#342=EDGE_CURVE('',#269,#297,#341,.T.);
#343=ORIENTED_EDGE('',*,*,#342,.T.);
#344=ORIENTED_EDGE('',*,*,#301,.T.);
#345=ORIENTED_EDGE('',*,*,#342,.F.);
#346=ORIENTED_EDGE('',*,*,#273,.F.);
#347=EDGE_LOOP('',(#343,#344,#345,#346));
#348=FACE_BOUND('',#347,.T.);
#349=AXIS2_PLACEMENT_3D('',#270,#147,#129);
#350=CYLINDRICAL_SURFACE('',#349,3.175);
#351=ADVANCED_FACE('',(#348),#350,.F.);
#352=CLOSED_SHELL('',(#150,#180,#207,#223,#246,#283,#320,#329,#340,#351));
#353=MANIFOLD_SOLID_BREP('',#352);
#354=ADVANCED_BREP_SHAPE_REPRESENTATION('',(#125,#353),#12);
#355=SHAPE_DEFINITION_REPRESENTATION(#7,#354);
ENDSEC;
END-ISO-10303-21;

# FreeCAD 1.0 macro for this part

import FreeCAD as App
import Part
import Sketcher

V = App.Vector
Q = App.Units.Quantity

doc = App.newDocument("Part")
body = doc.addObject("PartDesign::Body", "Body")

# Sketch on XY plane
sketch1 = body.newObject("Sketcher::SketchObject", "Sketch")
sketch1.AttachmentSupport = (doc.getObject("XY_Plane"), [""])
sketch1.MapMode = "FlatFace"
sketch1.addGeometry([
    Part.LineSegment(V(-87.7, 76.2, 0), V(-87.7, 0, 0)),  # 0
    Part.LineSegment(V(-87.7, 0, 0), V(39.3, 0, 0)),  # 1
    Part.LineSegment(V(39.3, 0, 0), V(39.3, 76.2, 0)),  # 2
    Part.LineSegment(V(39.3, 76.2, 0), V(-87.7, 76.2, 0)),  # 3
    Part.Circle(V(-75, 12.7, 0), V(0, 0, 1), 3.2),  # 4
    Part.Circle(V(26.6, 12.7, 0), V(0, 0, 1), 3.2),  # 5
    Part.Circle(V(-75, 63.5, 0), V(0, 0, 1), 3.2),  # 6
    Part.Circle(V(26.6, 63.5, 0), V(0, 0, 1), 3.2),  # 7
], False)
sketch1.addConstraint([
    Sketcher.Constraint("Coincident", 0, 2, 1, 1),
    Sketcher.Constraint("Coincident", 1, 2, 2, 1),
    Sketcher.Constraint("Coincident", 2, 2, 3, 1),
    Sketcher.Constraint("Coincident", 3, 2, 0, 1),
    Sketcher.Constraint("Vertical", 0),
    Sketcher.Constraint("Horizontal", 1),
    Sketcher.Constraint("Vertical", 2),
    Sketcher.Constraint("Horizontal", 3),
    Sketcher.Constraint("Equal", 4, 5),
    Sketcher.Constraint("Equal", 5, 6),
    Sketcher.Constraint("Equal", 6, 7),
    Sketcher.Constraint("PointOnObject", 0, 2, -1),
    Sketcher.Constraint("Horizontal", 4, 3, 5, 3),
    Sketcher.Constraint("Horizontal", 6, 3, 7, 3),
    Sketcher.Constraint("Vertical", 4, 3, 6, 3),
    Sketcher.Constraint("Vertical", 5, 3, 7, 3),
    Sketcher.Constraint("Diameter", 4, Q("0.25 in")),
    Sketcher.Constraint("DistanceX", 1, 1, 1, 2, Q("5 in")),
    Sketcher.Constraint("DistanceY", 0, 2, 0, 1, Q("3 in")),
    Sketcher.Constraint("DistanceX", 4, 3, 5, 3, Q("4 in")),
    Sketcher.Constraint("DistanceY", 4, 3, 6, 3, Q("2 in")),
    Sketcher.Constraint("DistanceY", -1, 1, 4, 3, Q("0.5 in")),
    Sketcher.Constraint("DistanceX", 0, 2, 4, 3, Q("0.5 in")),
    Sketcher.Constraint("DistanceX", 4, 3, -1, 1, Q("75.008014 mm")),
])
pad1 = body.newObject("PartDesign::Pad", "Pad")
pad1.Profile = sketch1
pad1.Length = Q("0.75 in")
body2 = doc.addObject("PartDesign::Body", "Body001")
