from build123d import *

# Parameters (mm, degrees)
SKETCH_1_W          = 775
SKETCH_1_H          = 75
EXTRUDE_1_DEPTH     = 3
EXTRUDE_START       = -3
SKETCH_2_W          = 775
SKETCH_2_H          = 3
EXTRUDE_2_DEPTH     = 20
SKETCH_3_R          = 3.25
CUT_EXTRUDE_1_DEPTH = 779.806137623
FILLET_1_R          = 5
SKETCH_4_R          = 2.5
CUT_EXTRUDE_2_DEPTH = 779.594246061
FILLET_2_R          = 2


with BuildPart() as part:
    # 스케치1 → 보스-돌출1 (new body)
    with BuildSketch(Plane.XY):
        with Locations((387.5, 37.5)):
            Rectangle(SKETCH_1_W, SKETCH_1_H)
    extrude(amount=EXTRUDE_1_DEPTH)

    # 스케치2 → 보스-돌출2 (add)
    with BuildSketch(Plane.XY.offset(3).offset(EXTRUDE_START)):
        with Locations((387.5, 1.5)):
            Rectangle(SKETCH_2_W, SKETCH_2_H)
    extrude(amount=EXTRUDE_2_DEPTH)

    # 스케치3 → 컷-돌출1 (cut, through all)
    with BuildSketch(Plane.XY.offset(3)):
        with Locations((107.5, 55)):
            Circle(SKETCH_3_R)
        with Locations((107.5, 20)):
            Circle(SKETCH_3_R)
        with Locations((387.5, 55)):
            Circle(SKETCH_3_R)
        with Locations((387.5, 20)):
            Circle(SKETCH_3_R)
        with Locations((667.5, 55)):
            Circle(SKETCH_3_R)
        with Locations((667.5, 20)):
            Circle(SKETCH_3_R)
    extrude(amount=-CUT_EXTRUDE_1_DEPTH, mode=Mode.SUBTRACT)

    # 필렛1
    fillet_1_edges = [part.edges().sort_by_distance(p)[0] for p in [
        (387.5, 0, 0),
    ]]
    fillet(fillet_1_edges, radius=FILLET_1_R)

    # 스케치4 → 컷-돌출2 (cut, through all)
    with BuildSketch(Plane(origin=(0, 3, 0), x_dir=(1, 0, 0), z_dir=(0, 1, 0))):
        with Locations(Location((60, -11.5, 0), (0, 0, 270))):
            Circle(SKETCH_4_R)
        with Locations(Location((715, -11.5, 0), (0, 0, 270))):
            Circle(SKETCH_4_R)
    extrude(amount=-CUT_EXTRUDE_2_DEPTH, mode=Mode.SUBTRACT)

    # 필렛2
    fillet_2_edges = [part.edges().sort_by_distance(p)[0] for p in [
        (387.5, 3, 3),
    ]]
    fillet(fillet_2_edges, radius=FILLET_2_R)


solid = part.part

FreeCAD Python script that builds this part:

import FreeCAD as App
import Part
import Sketcher

V = App.Vector
Q = App.Units.Quantity


def edges_at(feature, points):
    """Names of the edges that pass closest to the given points."""
    edges = feature.Shape.Edges
    near = lambda p: min(range(len(edges)), key=lambda i: edges[i].distToShape(Part.Vertex(*p))[0])
    return sorted({f"Edge{near(p) + 1}" for p in points})

doc = App.newDocument("Part")
body = doc.addObject("PartDesign::Body", "Body")

sketch1 = doc.addObject("Sketcher::SketchObject", "Sketch")
body.addObject(sketch1)
sketch1.AttachmentSupport = (doc.XY_Plane, [""])
sketch1.MapMode = "FlatFace"
sketch1.addGeometry([
    Part.LineSegment(V(0, 75, 0), V(0, 0, 0)),
    Part.LineSegment(V(0, 0, 0), V(775, 0, 0)),
    Part.LineSegment(V(775, 0, 0), V(775, 75, 0)),
    Part.LineSegment(V(775, 75, 0), V(0, 75, 0)),
], False)
sketch1.addConstraint([
    Sketcher.Constraint("Coincident", 0, 2, 1, 1),
    Sketcher.Constraint("Coincident", 1, 2, 2, 1),
    Sketcher.Constraint("Coincident", 2, 2, 3, 1),
    Sketcher.Constraint("Coincident", 3, 2, 0, 1),
    Sketcher.Constraint("Vertical", 0),
    Sketcher.Constraint("Horizontal", 1),
    Sketcher.Constraint("Vertical", 2),
    Sketcher.Constraint("Horizontal", 3),
    Sketcher.Constraint("Coincident", 0, 2, -1, 1),
    Sketcher.Constraint("DistanceX", 1, 1, 1, 2, Q("775 mm")),
    Sketcher.Constraint("DistanceY", 0, 2, 0, 1, Q("75 mm")),
])
pad1 = doc.addObject("PartDesign::Pad", "Pad")
body.addObject(pad1)
pad1.Profile = sketch1
pad1.Length = 3

sketch2 = doc.addObject("Sketcher::SketchObject", "Sketch001")
body.addObject(sketch2)
sketch2.AttachmentSupport = (doc.XY_Plane, [""])
sketch2.MapMode = "FlatFace"
sketch2.addGeometry([
    Part.LineSegment(V(0, 3, 0), V(0, 0, 0)),
    Part.LineSegment(V(0, 0, 0), V(775, 0, 0)),
    Part.LineSegment(V(775, 0, 0), V(775, 3, 0)),
    Part.LineSegment(V(775, 3, 0), V(0, 3, 0)),
], False)
sketch2.addConstraint([
    Sketcher.Constraint("Coincident", 0, 2, 1, 1),
    Sketcher.Constraint("Coincident", 1, 2, 2, 1),
    Sketcher.Constraint("Coincident", 2, 2, 3, 1),
    Sketcher.Constraint("Coincident", 3, 2, 0, 1),
    Sketcher.Constraint("Vertical", 0),
    Sketcher.Constraint("Horizontal", 1),
    Sketcher.Constraint("Vertical", 2),
    Sketcher.Constraint("Horizontal", 3),
    Sketcher.Constraint("Coincident", 0, 2, -1, 1),
    Sketcher.Constraint("DistanceX", 1, 1, 1, 2, Q("775 mm")),
    Sketcher.Constraint("DistanceY", 0, 2, 0, 1, Q("3 mm")),
])
pad2 = doc.addObject("PartDesign::Pad", "Pad001")
body.addObject(pad2)
pad2.Profile = sketch2
pad2.Length = 20

sketch3 = doc.addObject("Sketcher::SketchObject", "Sketch002")
body.addObject(sketch3)
sketch3.AttachmentSupport = (doc.XY_Plane, [""])
sketch3.MapMode = "FlatFace"
sketch3.AttachmentOffset = App.Placement(V(0, 0, 3), App.Rotation())
sketch3.addGeometry([
    Part.Circle(V(107.5, 55, 0), V(0, 0, 1), 3.2),
    Part.Circle(V(107.5, 20, 0), V(0, 0, 1), 3.2),
    Part.Circle(V(387.5, 55, 0), V(0, 0, 1), 3.2),
    Part.Circle(V(387.5, 20, 0), V(0, 0, 1), 3.2),
    Part.Circle(V(667.5, 55, 0), V(0, 0, 1), 3.2),
    Part.Circle(V(667.5, 20, 0), V(0, 0, 1), 3.2),
], False)
sketch3.addConstraint([
    Sketcher.Constraint("Equal", 0, 1),
    Sketcher.Constraint("Equal", 1, 2),
    Sketcher.Constraint("Equal", 2, 3),
    Sketcher.Constraint("Equal", 3, 4),
    Sketcher.Constraint("Equal", 4, 5),
    Sketcher.Constraint("Horizontal", 0, 3, 2, 3),
    Sketcher.Constraint("Horizontal", 1, 3, 3, 3),
    Sketcher.Constraint("Horizontal", 2, 3, 4, 3),
    Sketcher.Constraint("Horizontal", 3, 3, 5, 3),
    Sketcher.Constraint("Vertical", 0, 3, 1, 3),
    Sketcher.Constraint("Vertical", 2, 3, 3, 3),
    Sketcher.Constraint("Vertical", 4, 3, 5, 3),
    Sketcher.Constraint("Diameter", 0, Q("6.5 mm")),
    Sketcher.Constraint("DistanceY", -1, 1, 0, 3, Q("55 mm")),
    Sketcher.Constraint("DistanceY", -1, 1, 1, 3, Q("20 mm")),
    Sketcher.Constraint("DistanceX", 0, 3, 2, 3, Q("280 mm")),
    Sketcher.Constraint("DistanceX", 2, 3, 4, 3, Q("280 mm")),
    Sketcher.Constraint("DistanceX", -1, 1, 0, 3, Q("107.5 mm")),
])
pocket1 = doc.addObject("PartDesign::Pocket", "Pocket")
body.addObject(pocket1)
pocket1.Profile = sketch3
pocket1.Type = "ThroughAll"
doc.recompute()

fillet = doc.addObject("PartDesign::Fillet", "Fillet")
body.addObject(fillet)
fillet.Base = (pocket1, edges_at(pocket1, [(387.5, 0, 0)]))
fillet.Radius = 5

sketch4 = doc.addObject("Sketcher::SketchObject", "Sketch003")
body.addObject(sketch4)
sketch4.AttachmentSupport = (doc.XZ_Plane, [""])
sketch4.MapMode = "FlatFace"
sketch4.AttachmentOffset = App.Placement(V(0, 0, -3), App.Rotation())
sketch4.addGeometry([
    Part.Circle(V(60, 11.5, 0), V(0, 0, 1), 2.5),
    Part.Circle(V(715, 11.5, 0), V(0, 0, 1), 2.5),
], False)
sketch4.addConstraint([
    Sketcher.Constraint("Equal", 0, 1),
    Sketcher.Constraint("Horizontal", 0, 3, 1, 3),
    Sketcher.Constraint("Diameter", 0, Q("5 mm")),
    Sketcher.Constraint("DistanceX", -1, 1, 0, 3, Q("60 mm")),
    Sketcher.Constraint("DistanceX", -1, 1, 1, 3, Q("715 mm")),
    Sketcher.Constraint("DistanceY", -1, 1, 0, 3, Q("11.5 mm")),
])
pocket2 = doc.addObject("PartDesign::Pocket", "Pocket001")
body.addObject(pocket2)
pocket2.Profile = sketch4
pocket2.Type = "ThroughAll"
pocket2.Reversed = True
doc.recompute()

fillet2 = doc.addObject("PartDesign::Fillet", "Fillet001")
body.addObject(fillet2)
fillet2.Base = (pocket2, edges_at(pocket2, [(387.5, 3, 3)]))
fillet2.Radius = 2

doc.recompute()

══════

- To do:
Among the lines above, return those that contain the string "SUBTRACT".

- Written answer:
    extrude(amount=-CUT_EXTRUDE_1_DEPTH, mode=Mode.SUBTRACT)
    extrude(amount=-CUT_EXTRUDE_2_DEPTH, mode=Mode.SUBTRACT)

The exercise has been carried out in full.